##### RAW DATA
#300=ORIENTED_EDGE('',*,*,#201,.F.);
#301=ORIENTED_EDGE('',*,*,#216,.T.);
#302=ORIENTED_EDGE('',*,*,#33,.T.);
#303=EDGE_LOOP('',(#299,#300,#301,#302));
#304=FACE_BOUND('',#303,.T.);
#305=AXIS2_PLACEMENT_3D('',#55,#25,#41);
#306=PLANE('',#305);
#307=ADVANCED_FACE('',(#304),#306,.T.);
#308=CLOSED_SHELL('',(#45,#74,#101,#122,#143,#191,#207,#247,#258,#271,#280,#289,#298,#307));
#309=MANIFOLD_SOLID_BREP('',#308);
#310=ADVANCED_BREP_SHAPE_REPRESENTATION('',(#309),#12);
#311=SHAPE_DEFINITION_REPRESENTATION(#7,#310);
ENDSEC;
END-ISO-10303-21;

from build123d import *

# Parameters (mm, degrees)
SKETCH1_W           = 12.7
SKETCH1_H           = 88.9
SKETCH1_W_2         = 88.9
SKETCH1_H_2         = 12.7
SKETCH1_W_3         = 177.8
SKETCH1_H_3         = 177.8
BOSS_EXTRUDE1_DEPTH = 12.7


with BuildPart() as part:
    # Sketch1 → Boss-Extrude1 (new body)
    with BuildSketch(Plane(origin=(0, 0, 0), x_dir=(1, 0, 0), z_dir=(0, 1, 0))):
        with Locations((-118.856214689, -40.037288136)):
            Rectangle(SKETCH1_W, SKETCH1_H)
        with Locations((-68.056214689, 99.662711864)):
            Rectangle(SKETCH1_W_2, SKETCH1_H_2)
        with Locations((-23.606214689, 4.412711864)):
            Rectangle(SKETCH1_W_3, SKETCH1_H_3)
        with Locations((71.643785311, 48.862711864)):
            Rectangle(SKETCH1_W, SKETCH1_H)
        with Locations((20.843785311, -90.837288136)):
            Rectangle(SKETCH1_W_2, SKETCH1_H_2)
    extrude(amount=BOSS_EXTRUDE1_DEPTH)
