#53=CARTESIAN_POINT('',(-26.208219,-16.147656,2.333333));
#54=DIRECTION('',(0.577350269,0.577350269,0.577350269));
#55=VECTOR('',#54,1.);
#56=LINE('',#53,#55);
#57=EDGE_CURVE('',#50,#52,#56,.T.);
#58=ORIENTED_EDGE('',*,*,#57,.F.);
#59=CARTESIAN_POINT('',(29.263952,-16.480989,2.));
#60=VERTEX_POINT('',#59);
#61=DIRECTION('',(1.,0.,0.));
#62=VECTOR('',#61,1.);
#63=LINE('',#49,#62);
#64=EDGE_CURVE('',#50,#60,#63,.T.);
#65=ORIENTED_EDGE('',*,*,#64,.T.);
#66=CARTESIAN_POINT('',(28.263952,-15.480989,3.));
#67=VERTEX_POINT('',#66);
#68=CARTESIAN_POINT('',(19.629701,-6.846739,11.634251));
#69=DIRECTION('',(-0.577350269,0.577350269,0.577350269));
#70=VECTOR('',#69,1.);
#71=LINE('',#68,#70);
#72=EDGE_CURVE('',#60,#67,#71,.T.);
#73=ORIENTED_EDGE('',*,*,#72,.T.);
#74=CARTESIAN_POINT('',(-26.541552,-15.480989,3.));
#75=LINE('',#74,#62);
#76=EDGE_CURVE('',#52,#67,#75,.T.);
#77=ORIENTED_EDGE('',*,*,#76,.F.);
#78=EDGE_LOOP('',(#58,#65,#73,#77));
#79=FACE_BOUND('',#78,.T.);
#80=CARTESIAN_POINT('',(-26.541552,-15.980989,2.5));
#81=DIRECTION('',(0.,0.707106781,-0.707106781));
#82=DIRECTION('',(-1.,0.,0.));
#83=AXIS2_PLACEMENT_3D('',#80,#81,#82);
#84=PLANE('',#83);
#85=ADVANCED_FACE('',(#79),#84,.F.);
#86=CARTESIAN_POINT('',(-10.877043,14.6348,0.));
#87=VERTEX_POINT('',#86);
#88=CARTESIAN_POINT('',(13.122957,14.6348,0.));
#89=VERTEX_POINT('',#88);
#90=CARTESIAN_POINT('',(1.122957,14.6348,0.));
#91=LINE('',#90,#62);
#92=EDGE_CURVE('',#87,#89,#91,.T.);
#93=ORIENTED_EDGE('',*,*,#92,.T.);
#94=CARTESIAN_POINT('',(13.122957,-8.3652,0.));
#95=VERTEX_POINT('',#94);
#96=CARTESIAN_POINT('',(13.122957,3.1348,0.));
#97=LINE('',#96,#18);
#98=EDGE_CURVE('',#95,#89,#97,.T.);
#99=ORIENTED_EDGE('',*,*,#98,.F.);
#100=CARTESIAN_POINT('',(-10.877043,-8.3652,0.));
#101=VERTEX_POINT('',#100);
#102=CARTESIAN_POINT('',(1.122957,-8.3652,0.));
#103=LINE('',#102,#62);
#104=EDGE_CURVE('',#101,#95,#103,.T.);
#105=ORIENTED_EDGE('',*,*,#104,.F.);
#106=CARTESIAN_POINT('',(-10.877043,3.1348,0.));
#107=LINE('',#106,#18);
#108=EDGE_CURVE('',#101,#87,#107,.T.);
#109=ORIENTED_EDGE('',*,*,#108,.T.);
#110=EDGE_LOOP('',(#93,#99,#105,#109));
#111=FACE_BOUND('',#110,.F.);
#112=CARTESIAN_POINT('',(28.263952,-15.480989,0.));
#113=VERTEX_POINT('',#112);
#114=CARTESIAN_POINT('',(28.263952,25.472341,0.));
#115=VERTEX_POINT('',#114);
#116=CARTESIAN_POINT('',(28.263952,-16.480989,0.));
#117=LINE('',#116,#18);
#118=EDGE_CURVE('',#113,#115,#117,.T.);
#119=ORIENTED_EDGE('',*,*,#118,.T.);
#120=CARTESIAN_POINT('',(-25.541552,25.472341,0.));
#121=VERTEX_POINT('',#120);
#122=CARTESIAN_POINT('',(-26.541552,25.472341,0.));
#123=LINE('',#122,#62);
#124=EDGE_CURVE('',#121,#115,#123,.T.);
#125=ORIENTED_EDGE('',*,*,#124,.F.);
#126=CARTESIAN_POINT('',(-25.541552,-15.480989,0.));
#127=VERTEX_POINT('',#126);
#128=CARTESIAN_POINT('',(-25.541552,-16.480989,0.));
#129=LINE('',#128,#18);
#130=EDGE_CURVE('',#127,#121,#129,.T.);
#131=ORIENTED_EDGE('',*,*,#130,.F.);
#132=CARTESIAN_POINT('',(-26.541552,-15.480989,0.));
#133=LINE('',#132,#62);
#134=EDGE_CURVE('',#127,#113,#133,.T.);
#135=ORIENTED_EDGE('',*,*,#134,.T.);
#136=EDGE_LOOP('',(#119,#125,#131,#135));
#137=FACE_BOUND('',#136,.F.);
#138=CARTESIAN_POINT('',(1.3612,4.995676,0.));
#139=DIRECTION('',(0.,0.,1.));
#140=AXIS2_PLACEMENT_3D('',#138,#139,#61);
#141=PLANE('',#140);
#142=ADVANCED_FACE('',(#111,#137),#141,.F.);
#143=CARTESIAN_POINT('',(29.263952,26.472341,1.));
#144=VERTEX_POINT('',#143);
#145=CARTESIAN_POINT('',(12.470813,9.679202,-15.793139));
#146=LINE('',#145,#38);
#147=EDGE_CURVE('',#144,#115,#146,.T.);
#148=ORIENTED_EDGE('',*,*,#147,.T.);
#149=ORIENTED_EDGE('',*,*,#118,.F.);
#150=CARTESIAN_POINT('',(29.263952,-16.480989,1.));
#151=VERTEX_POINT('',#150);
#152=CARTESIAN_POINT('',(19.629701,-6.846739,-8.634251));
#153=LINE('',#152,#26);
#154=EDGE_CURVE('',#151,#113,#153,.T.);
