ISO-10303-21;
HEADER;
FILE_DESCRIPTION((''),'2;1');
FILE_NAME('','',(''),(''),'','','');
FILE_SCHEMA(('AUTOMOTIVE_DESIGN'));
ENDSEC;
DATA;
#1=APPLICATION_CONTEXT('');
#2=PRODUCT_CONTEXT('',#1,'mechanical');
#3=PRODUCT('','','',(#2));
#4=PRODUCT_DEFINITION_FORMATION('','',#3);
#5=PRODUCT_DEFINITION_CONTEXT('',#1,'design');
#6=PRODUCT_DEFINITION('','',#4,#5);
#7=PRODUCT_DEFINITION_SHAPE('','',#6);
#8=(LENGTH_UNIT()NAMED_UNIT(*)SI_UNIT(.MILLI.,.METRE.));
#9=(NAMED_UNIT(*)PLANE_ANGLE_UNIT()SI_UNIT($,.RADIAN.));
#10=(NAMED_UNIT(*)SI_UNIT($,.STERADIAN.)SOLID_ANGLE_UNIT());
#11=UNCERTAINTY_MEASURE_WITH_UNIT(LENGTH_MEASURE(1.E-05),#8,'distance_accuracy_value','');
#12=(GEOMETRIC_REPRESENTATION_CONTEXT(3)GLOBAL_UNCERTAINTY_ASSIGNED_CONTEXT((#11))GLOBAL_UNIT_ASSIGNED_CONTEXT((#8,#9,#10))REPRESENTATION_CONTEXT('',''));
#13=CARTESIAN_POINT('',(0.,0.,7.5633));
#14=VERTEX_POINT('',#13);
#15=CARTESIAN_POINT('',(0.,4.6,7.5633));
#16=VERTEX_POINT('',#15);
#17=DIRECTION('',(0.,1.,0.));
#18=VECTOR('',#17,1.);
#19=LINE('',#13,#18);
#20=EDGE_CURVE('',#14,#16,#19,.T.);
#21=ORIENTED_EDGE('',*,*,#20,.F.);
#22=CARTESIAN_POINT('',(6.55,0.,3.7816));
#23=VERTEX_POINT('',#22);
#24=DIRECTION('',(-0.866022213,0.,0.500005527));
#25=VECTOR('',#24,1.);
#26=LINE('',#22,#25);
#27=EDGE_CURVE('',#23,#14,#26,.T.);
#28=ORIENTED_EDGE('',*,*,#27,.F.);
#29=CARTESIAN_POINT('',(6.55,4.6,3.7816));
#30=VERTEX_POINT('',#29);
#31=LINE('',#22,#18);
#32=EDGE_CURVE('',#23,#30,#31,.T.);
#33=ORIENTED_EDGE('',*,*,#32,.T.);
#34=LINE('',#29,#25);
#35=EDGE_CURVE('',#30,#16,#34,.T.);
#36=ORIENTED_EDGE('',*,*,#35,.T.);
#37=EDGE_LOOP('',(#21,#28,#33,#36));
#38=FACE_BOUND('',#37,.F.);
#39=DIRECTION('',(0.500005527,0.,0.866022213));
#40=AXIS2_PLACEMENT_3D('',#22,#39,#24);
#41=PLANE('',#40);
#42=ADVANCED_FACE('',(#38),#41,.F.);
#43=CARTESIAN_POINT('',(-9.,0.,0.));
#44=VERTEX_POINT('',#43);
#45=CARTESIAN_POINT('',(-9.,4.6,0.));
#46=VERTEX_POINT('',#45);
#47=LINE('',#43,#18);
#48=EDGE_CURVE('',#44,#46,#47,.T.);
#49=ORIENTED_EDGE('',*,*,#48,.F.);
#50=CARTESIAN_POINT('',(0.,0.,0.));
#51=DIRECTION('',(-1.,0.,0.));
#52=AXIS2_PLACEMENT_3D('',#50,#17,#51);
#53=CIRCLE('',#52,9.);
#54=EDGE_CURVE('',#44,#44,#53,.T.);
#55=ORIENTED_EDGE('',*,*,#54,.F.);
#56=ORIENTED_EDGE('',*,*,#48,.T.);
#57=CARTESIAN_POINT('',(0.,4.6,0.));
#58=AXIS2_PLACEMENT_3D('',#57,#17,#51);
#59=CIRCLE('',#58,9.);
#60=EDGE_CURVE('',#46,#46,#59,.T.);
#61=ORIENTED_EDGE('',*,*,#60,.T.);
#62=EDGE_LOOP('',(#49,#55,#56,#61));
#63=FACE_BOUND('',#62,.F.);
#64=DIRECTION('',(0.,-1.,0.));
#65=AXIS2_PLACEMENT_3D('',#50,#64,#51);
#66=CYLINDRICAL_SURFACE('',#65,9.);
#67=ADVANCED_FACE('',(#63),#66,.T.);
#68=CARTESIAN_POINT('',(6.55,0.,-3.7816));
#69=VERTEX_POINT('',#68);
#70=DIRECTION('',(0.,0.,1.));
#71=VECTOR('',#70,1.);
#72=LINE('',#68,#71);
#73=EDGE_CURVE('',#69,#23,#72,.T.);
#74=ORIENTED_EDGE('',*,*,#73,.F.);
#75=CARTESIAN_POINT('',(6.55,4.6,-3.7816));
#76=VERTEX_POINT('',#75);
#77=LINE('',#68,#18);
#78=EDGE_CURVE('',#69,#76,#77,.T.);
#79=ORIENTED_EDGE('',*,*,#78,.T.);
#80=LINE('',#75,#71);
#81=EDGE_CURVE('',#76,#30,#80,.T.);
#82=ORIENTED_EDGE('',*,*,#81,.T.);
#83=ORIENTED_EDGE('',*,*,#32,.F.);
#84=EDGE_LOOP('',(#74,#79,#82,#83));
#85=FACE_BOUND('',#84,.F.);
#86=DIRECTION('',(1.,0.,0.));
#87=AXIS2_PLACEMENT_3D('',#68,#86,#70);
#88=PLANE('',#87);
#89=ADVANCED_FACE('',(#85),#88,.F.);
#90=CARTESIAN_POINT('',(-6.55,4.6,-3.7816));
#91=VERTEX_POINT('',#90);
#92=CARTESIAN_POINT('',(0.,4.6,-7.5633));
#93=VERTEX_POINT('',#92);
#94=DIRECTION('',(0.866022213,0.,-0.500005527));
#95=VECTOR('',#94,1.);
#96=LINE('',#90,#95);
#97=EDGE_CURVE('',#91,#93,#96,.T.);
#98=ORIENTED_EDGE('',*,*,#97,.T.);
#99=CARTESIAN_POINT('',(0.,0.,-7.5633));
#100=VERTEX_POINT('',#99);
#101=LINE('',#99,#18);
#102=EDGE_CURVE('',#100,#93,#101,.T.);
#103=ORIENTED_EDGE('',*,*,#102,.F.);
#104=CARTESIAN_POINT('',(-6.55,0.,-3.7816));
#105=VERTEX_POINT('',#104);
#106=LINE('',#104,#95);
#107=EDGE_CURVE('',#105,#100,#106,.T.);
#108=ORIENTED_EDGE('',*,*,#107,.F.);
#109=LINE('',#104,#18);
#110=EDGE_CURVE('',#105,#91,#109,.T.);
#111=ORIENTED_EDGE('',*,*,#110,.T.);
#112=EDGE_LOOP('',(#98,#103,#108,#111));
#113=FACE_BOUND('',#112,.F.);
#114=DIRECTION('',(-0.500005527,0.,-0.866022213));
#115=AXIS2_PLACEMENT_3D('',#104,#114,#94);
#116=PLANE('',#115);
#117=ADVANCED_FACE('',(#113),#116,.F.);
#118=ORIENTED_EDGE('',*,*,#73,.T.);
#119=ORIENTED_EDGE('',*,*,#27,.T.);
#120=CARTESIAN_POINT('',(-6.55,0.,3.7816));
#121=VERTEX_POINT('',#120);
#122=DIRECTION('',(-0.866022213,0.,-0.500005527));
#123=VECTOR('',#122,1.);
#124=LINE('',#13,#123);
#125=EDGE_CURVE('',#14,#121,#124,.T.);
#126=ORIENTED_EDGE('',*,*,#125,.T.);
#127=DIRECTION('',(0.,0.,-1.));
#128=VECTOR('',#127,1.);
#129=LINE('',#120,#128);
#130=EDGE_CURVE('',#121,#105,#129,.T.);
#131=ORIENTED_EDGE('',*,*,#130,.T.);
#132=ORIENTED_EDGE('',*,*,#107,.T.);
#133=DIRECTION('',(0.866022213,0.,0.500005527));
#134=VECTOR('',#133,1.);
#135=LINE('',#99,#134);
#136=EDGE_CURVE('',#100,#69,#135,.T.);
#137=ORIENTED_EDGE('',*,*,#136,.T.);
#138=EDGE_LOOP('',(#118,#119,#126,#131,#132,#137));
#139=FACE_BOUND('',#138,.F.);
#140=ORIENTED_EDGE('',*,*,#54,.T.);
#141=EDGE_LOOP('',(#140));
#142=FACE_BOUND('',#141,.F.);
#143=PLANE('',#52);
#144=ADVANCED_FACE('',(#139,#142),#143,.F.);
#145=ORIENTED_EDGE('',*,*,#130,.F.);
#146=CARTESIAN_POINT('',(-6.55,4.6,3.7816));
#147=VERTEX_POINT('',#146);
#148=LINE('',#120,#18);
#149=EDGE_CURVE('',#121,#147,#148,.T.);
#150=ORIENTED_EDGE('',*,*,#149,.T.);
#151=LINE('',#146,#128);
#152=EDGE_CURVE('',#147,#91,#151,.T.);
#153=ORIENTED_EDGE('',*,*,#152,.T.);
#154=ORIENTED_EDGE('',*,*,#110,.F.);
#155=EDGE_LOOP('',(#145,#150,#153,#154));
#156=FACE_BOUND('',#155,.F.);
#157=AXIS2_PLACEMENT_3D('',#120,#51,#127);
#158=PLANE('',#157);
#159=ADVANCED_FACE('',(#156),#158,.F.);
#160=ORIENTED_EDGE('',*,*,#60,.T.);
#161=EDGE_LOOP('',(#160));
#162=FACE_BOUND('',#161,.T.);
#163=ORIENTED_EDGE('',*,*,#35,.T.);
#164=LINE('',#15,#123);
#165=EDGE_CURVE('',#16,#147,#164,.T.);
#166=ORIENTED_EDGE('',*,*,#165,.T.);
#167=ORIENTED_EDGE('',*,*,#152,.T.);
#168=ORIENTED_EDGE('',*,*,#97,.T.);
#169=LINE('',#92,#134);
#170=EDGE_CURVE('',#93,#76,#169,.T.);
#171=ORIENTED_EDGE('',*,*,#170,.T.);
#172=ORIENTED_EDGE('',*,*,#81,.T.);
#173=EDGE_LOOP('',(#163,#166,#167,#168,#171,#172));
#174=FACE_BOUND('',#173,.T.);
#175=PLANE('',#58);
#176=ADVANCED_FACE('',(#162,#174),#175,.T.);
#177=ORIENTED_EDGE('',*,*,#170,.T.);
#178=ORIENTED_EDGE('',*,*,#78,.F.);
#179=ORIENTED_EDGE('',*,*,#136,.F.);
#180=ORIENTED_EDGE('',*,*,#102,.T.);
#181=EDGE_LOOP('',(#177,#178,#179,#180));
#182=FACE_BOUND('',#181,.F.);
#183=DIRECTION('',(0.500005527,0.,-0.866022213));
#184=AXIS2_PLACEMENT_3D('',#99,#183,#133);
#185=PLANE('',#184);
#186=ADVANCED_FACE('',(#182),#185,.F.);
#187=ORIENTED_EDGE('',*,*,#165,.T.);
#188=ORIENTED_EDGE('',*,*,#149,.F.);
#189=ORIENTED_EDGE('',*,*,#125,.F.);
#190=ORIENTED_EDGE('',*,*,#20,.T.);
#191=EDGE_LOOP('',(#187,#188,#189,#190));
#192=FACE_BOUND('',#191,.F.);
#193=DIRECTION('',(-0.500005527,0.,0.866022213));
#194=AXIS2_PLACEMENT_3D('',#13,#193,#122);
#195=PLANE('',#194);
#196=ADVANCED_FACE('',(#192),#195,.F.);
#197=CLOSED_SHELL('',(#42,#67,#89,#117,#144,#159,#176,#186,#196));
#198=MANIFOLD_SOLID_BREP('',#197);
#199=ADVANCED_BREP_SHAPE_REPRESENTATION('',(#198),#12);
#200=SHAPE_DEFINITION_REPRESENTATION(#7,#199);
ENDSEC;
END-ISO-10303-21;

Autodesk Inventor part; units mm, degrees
ref_plane "YZ Plane" through (0, 0, 0) normal (1, 0, 0) x (0, 1, 0)
ref_plane "XZ Plane" through (0, 0, 0) normal (0, 1, 0) x (-1, 0, 0)
ref_plane "XY Plane" through (0, 0, 0) normal (0, 0, 1) x (1, 0, 0)
sketch "Sketch1" plane through (0, 0, 0) normal (0, 1, 0) x (-1, 0, 0)
  line L0 (0, 7.5633) -> (6.55, 3.7816)
  line L1 (6.55, 3.7816) -> (6.55, -3.7816)
  line L2 (6.55, -3.7816) -> (0, -7.5633)
  line L3 (0, -7.5633) -> (-6.55, -3.7816)
  line L4 (-6.55, -3.7816) -> (-6.55, 3.7816)
  line L5 (-6.55, 3.7816) -> (0, 7.5633)
  circle A0 centre (0, 0) radius 9
  point P0 (-6.55, 0)
  point P1 (6.55, 0)
  dimension "d0" = 13.1
  dimension "d1" = 18
extrude "Extrusion1" add sketch "Sketch1" along normal blind 4.6
properties part number "Shaft Spacers"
##########
Please find each line in the records above that holds the word "Locations", and copy it.

        with Locations((-118.856214689, -40.037288136)):
        with Locations((-68.056214689, 99.662711864)):
        with Locations((-23.606214689, 4.412711864)):
        with Locations((71.643785311, 48.862711864)):
        with Locations((20.843785311, -90.837288136)):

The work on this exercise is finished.